→ Problem to solve
Transcribe word for word the lines below from the line with "F1_DEPTH = 127" through the line with "# FreeCAD 1.0 macro for this part", ends included.

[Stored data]
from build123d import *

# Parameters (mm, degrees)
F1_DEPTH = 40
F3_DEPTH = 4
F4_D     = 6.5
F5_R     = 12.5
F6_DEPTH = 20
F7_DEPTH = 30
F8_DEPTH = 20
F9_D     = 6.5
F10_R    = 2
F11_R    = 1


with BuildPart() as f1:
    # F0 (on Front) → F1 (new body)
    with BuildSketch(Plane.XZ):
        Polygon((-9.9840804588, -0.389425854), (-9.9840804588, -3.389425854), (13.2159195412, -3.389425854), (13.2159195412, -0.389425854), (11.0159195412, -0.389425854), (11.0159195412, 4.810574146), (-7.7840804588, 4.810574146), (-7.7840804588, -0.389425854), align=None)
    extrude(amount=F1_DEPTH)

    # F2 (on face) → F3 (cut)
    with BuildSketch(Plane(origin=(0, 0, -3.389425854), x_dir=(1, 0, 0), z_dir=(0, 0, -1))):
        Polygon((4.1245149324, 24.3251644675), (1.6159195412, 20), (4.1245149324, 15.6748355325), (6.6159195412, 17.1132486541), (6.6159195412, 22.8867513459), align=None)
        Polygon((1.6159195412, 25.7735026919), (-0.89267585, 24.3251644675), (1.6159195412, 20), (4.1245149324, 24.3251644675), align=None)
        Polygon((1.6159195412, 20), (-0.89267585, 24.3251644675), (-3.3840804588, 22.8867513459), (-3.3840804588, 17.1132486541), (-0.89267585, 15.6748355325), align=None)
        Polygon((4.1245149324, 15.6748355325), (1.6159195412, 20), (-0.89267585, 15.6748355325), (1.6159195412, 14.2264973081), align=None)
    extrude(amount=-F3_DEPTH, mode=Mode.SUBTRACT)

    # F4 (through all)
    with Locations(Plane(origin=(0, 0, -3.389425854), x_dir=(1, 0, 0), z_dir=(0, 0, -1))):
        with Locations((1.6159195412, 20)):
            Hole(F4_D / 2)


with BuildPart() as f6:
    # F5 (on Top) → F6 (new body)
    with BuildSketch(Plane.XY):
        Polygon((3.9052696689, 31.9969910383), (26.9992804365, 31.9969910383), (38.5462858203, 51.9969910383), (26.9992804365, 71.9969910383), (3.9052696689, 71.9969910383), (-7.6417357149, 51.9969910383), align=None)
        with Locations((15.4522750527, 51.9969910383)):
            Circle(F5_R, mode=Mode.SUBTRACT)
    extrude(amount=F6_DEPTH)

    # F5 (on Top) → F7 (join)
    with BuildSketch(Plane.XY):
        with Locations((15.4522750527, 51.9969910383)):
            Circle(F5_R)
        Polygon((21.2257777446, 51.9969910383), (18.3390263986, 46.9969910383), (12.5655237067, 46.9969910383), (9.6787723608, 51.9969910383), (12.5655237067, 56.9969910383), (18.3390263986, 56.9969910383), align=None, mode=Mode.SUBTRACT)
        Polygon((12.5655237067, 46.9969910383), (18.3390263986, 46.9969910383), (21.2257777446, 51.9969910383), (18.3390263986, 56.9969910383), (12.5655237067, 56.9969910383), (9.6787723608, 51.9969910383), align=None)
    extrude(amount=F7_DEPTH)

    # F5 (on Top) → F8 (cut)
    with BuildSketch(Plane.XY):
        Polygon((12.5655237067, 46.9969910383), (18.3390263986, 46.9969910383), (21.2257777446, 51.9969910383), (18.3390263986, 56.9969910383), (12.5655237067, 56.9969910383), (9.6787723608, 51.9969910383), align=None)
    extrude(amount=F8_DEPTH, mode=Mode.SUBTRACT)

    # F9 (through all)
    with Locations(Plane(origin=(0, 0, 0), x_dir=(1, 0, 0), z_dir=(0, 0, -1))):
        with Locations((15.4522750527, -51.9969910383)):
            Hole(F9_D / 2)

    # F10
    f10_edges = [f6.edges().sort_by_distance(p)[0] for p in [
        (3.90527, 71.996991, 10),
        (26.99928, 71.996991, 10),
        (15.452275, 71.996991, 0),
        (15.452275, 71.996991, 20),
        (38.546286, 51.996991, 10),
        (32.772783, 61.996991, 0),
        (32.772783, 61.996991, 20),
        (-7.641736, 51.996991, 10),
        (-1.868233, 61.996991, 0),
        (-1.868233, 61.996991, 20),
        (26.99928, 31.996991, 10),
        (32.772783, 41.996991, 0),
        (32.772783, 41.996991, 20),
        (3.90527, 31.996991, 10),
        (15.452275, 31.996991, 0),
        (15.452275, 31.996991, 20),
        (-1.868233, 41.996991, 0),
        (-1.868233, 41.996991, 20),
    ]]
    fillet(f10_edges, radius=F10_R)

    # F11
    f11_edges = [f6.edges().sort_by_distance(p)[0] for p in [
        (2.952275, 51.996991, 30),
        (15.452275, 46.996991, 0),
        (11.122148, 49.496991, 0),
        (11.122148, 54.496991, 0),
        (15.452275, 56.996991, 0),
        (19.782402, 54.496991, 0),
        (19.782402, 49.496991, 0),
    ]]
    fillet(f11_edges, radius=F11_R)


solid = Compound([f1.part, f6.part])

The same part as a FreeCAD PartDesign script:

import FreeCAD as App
import Part
import Sketcher
Q = App.Units.Quantity


def edges_at(feature, points):
    """Names of the edges that pass closest to the given points."""
    edges = feature.Shape.Edges
    near = lambda p: min(range(len(edges)), key=lambda i: edges[i].distToShape(Part.Vertex(*p))[0])
    return sorted({f"Edge{near(p) + 1}" for p in points})


def add_polygon(sketch, points):
    """Adds a closed chain of lines whose ends are joined by coincident constraints."""
    first, n = sketch.GeometryCount, len(points)
    for a, b in zip(points, points[1:] + points[:1]):
        sketch.addGeometry(Part.LineSegment(App.Vector(*a, 0), App.Vector(*b, 0)), False)
    for i in range(n):
        sketch.addConstraint(Sketcher.Constraint("Coincident", first + i, 2, first + (i + 1) % n, 1))

doc = App.newDocument("Part")
body = doc.addObject("PartDesign::Body", "Body")

# Sketch on XZ plane
sketch1 = doc.addObject("Sketcher::SketchObject", "Sketch")
body.addObject(sketch1)
sketch1.AttachmentSupport = (doc.XZ_Plane, [""])
sketch1.MapMode = "FlatFace"
add_polygon(sketch1, [(-10, -0.4), (-10, -3.4), (13.2, -3.4), (13.2, -0.4), (11, -0.4), (11, 4.8), (-7.8, 4.8), (-7.8, -0.4)])  # lines 0-7
sketch1.addConstraint(Sketcher.Constraint("Vertical", 0))
sketch1.addConstraint(Sketcher.Constraint("Horizontal", 1))
sketch1.addConstraint(Sketcher.Constraint("Vertical", 2))
sketch1.addConstraint(Sketcher.Constraint("Horizontal", 3))
sketch1.addConstraint(Sketcher.Constraint("Vertical", 4))
sketch1.addConstraint(Sketcher.Constraint("Horizontal", 5))
sketch1.addConstraint(Sketcher.Constraint("Vertical", 6))
sketch1.addConstraint(Sketcher.Constraint("Horizontal", 7))
sketch1.addConstraint(Sketcher.Constraint("Horizontal", 3, 2, 6, 2))
sketch1.addConstraint(Sketcher.Constraint("Equal", 3, 7))
sketch1.addConstraint(Sketcher.Constraint("DistanceY", 0, 2, 0, 1, Q("3 mm")))
sketch1.addConstraint(Sketcher.Constraint("DistanceX", 1, 1, 1, 2, Q("23.2 mm")))
sketch1.addConstraint(Sketcher.Constraint("DistanceX", 3, 2, 3, 1, Q("2.2 mm")))
sketch1.addConstraint(Sketcher.Constraint("DistanceY", 4, 1, 4, 2, Q("5.2 mm")))
sketch1.addConstraint(Sketcher.Constraint("DistanceX", 0, 2, -1, 1, Q("9.98408 mm")))
sketch1.addConstraint(Sketcher.Constraint("DistanceY", 0, 2, -1, 1, Q("3.389426 mm")))
pad1 = doc.addObject("PartDesign::Pad", "Pad")
body.addObject(pad1)
pad1.Profile = sketch1
pad1.Length = 40
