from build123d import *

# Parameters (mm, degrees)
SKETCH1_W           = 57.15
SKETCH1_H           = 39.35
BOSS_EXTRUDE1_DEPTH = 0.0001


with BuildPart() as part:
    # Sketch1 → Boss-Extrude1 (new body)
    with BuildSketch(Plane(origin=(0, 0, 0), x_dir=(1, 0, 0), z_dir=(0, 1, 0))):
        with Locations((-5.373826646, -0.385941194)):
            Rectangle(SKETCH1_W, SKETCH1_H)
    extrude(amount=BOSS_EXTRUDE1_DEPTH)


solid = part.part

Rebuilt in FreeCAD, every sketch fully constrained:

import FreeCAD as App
import Part
import Sketcher
from FreeCAD import Vector
Q = App.Units.Quantity


def add_polygon(sketch, points):
    """Adds a closed chain of lines whose ends are joined by coincident constraints."""
    first, n = sketch.GeometryCount, len(points)
    for a, b in zip(points, points[1:] + points[:1]):
        sketch.addGeometry(Part.LineSegment(App.Vector(*a, 0), App.Vector(*b, 0)), False)
    for i in range(n):
        sketch.addConstraint(Sketcher.Constraint("Coincident", first + i, 2, first + (i + 1) % n, 1))

doc = App.newDocument("Part")
body = doc.addObject("PartDesign::Body", "Body")

sketch1 = body.newObject("Sketcher::SketchObject", "Sketch")
sketch1.AttachmentSupport = (doc.getObject("XZ_Plane"), [""])
sketch1.MapMode = "FlatFace"
add_polygon(sketch1, [(-34, -19), (-34, 20), (23, 20), (23, -19)])
sketch1.addConstraint([
    Sketcher.Constraint("Vertical", 0),
    Sketcher.Constraint("Horizontal", 1),
    Sketcher.Constraint("Vertical", 2),
    Sketcher.Constraint("Horizontal", 3),
    Sketcher.Constraint("DistanceX", 1, 1, 1, 2, Q("2.25 in")),
    Sketcher.Constraint("DistanceY", 0, 1, 0, 2, Q("39.35 mm")),
    Sketcher.Constraint("DistanceY", -1, 1, 0, 2, Q("20.060941 mm")),
    Sketcher.Constraint("DistanceX", 0, 2, -1, 1, Q("33.948827 mm")),
])
pad1 = body.newObject("PartDesign::Pad", "Pad")
pad1.Profile = sketch1
pad1.Length = 0.0001
pad1.Reversed = True

doc.recompute()
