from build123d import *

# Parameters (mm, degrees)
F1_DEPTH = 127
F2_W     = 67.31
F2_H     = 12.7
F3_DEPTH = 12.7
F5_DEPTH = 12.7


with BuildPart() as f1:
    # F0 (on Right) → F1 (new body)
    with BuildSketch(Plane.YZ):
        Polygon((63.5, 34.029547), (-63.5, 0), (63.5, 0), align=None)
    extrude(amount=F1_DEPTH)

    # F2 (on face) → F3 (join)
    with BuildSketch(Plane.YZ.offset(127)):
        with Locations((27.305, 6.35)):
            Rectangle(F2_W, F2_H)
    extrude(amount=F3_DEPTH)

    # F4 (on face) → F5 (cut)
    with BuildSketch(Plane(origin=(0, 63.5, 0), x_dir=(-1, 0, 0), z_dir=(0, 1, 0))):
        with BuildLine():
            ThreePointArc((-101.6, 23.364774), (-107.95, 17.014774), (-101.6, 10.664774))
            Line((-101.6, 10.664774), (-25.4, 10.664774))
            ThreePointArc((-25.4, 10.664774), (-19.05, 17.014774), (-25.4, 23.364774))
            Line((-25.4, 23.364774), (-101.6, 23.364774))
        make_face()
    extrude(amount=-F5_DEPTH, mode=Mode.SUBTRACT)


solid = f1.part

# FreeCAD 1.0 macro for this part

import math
import FreeCAD as App
import Part
import Sketcher
from FreeCAD import Vector
Q = App.Units.Quantity

doc = App.newDocument("Part")
params = doc.addObject("Spreadsheet::Sheet", "Params")
for row, (alias, value) in enumerate([
    ("sketch1_width", "5 in"),
    ("pad1_length", "5 in"),
    ("sketch2_height", "0.5 in"),
    ("sketch2_width", "2.65 in"),
    ("pad2_length", "0.5 in"),
    ("sketch3_width", "3 in"),
    ("sketch3_radius", "0.25 in"),
    ("pocket1_length", "0.5 in"),
], start=1):
    params.set(f"A{row}", alias)
    params.set(f"B{row}", "=" + value)
    params.setAlias(f"B{row}", alias)

body = doc.addObject("PartDesign::Body", "Body")

sketch1 = doc.addObject("Sketcher::SketchObject", "Sketch")
body.addObject(sketch1)
sketch1.AttachmentSupport = (doc.YZ_Plane, [""])
sketch1.MapMode = "FlatFace"
sketch1.addGeometry(Part.LineSegment(Vector(64, 34, 0), Vector(-64, 0, 0)), False)
sketch1.addGeometry(Part.LineSegment(Vector(-64, 0, 0), Vector(64, 0, 0)), False)
sketch1.addGeometry(Part.LineSegment(Vector(64, 0, 0), Vector(64, 34, 0)), False)
sketch1.addConstraint(Sketcher.Constraint("Coincident", 0, 2, 1, 1))
sketch1.addConstraint(Sketcher.Constraint("Coincident", 1, 2, 2, 1))
sketch1.addConstraint(Sketcher.Constraint("Coincident", 2, 2, 0, 1))
sketch1.addConstraint(Sketcher.Constraint("Horizontal", 1))
sketch1.addConstraint(Sketcher.Constraint("Vertical", 2))
sketch1.addConstraint(Sketcher.Constraint("Symmetric", 0, 2, 1, 2, -1, 1))
sketch1.addConstraint(Sketcher.Constraint("DistanceX", 1, 1, 1, 2, Q("5 in")))
sketch1.addConstraint(Sketcher.Constraint("Angle", 0, Q("-165 deg")))
sketch1.setExpression("Constraints[6]", "Params.sketch1_width")
pad1 = doc.addObject("PartDesign::Pad", "Pad")
body.addObject(pad1)
pad1.Profile = sketch1
pad1.setExpression("Length", "Params.pad1_length")

sketch2 = doc.addObject("Sketcher::SketchObject", "Sketch001")
body.addObject(sketch2)
sketch2.AttachmentSupport = (doc.YZ_Plane, [""])
sketch2.MapMode = "FlatFace"
sketch2.AttachmentOffset = App.Placement(Vector(0, 0, 5 * 25.4), App.Rotation())
sketch2.addGeometry(Part.LineSegment(Vector(-6, 13, 0), Vector(-6, 0, 0)), False)
sketch2.addGeometry(Part.LineSegment(Vector(-6, 0, 0), Vector(61, 0, 0)), False)
sketch2.addGeometry(Part.LineSegment(Vector(61, 0, 0), Vector(61, 13, 0)), False)
sketch2.addGeometry(Part.LineSegment(Vector(61, 13, 0), Vector(-6, 13, 0)), False)
sketch2.addConstraint(Sketcher.Constraint("Coincident", 0, 2, 1, 1))
sketch2.addConstraint(Sketcher.Constraint("Coincident", 1, 2, 2, 1))
sketch2.addConstraint(Sketcher.Constraint("Coincident", 2, 2, 3, 1))
sketch2.addConstraint(Sketcher.Constraint("Coincident", 3, 2, 0, 1))
sketch2.addConstraint(Sketcher.Constraint("Vertical", 0))
sketch2.addConstraint(Sketcher.Constraint("Horizontal", 1))
sketch2.addConstraint(Sketcher.Constraint("Vertical", 2))
sketch2.addConstraint(Sketcher.Constraint("Horizontal", 3))
sketch2.addConstraint(Sketcher.Constraint("PointOnObject", 0, 2, -1))
sketch2.addConstraint(Sketcher.Constraint("DistanceY", 0, 2, 0, 1, Q("0.5 in")))
sketch2.addConstraint(Sketcher.Constraint("DistanceX", 1, 1, 1, 2, Q("2.65 in")))
sketch2.addConstraint(Sketcher.Constraint("DistanceX", -1, 1, 1, 2, Q("2.4 in")))
sketch2.setExpression("Constraints[9]", "Params.sketch2_height")
sketch2.setExpression("Constraints[10]", "Params.sketch2_width")
pad2 = doc.addObject("PartDesign::Pad", "Pad001")
body.addObject(pad2)
pad2.Profile = sketch2
pad2.setExpression("Length", "Params.pad2_length")

sketch3 = doc.addObject("Sketcher::SketchObject", "Sketch002")
body.addObject(sketch3)
sketch3.AttachmentSupport = (doc.XZ_Plane, [""])
sketch3.MapMode = "FlatFace"
sketch3.AttachmentOffset = App.Placement(Vector(0, 0, -2.5 * 25.4), App.Rotation())
sketch3.addGeometry(Part.ArcOfCircle(Part.Circle(Vector(102, 17, 0), Vector(0, 0, 1), 6), math.radians(-90), math.radians(90)), False)
sketch3.addGeometry(Part.LineSegment(Vector(102, 11, 0), Vector(25, 11, 0)), False)
sketch3.addGeometry(Part.ArcOfCircle(Part.Circle(Vector(25, 17, 0), Vector(0, 0, 1), 6), math.radians(90), math.radians(270)), False)
sketch3.addGeometry(Part.LineSegment(Vector(25, 23, 0), Vector(102, 23, 0)), False)
sketch3.addConstraint(Sketcher.Constraint("Tangent", 0, 1, 1, 1))
sketch3.addConstraint(Sketcher.Constraint("Tangent", 1, 2, 2, 2))
sketch3.addConstraint(Sketcher.Constraint("Tangent", 2, 1, 3, 1))
sketch3.addConstraint(Sketcher.Constraint("Tangent", 3, 2, 0, 2))
sketch3.addConstraint(Sketcher.Constraint("Horizontal", 1))
sketch3.addConstraint(Sketcher.Constraint("Horizontal", 3))
sketch3.addConstraint(Sketcher.Constraint("DistanceX", 1, 2, 1, 1, Q("3 in")))
sketch3.addConstraint(Sketcher.Constraint("Radius", 0, Q("0.25 in")))
sketch3.addConstraint(Sketcher.Constraint("DistanceX", -1, 1, 0, 3, Q("4 in")))
sketch3.addConstraint(Sketcher.Constraint("DistanceY", -1, 1, 0, 3, 17.014774))
sketch3.setExpression("Constraints[6]", "Params.sketch3_width")
sketch3.setExpression("Constraints[7]", "Params.sketch3_radius")
pocket1 = doc.addObject("PartDesign::Pocket", "Pocket")
body.addObject(pocket1)
pocket1.Profile = sketch3
pocket1.setExpression("Length", "Params.pocket1_length")
pocket1.Reversed = True

doc.recompute()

→ Task response
F1_DEPTH = 127
F2_W     = 67.31
F2_H     = 12.7
F3_DEPTH = 12.7
F5_DEPTH = 12.7


with BuildPart() as f1:
    # F0 (on Right) → F1 (new body)
    with BuildSketch(Plane.YZ):
        Polygon((63.5, 34.029547), (-63.5, 0), (63.5, 0), align=None)
    extrude(amount=F1_DEPTH)

    # F2 (on face) → F3 (join)
    with BuildSketch(Plane.YZ.offset(127)):
        with Locations((27.305, 6.35)):
            Rectangle(F2_W, F2_H)
    extrude(amount=F3_DEPTH)

    # F4 (on face) → F5 (cut)
    with BuildSketch(Plane(origin=(0, 63.5, 0), x_dir=(-1, 0, 0), z_dir=(0, 1, 0))):
        with BuildLine():
            ThreePointArc((-101.6, 23.364774), (-107.95, 17.014774), (-101.6, 10.664774))
            Line((-101.6, 10.664774), (-25.4, 10.664774))
            ThreePointArc((-25.4, 10.664774), (-19.05, 17.014774), (-25.4, 23.364774))
            Line((-25.4, 23.364774), (-101.6, 23.364774))
        make_face()
    extrude(amount=-F5_DEPTH, mode=Mode.SUBTRACT)


solid = f1.part

# FreeCAD 1.0 macro for this part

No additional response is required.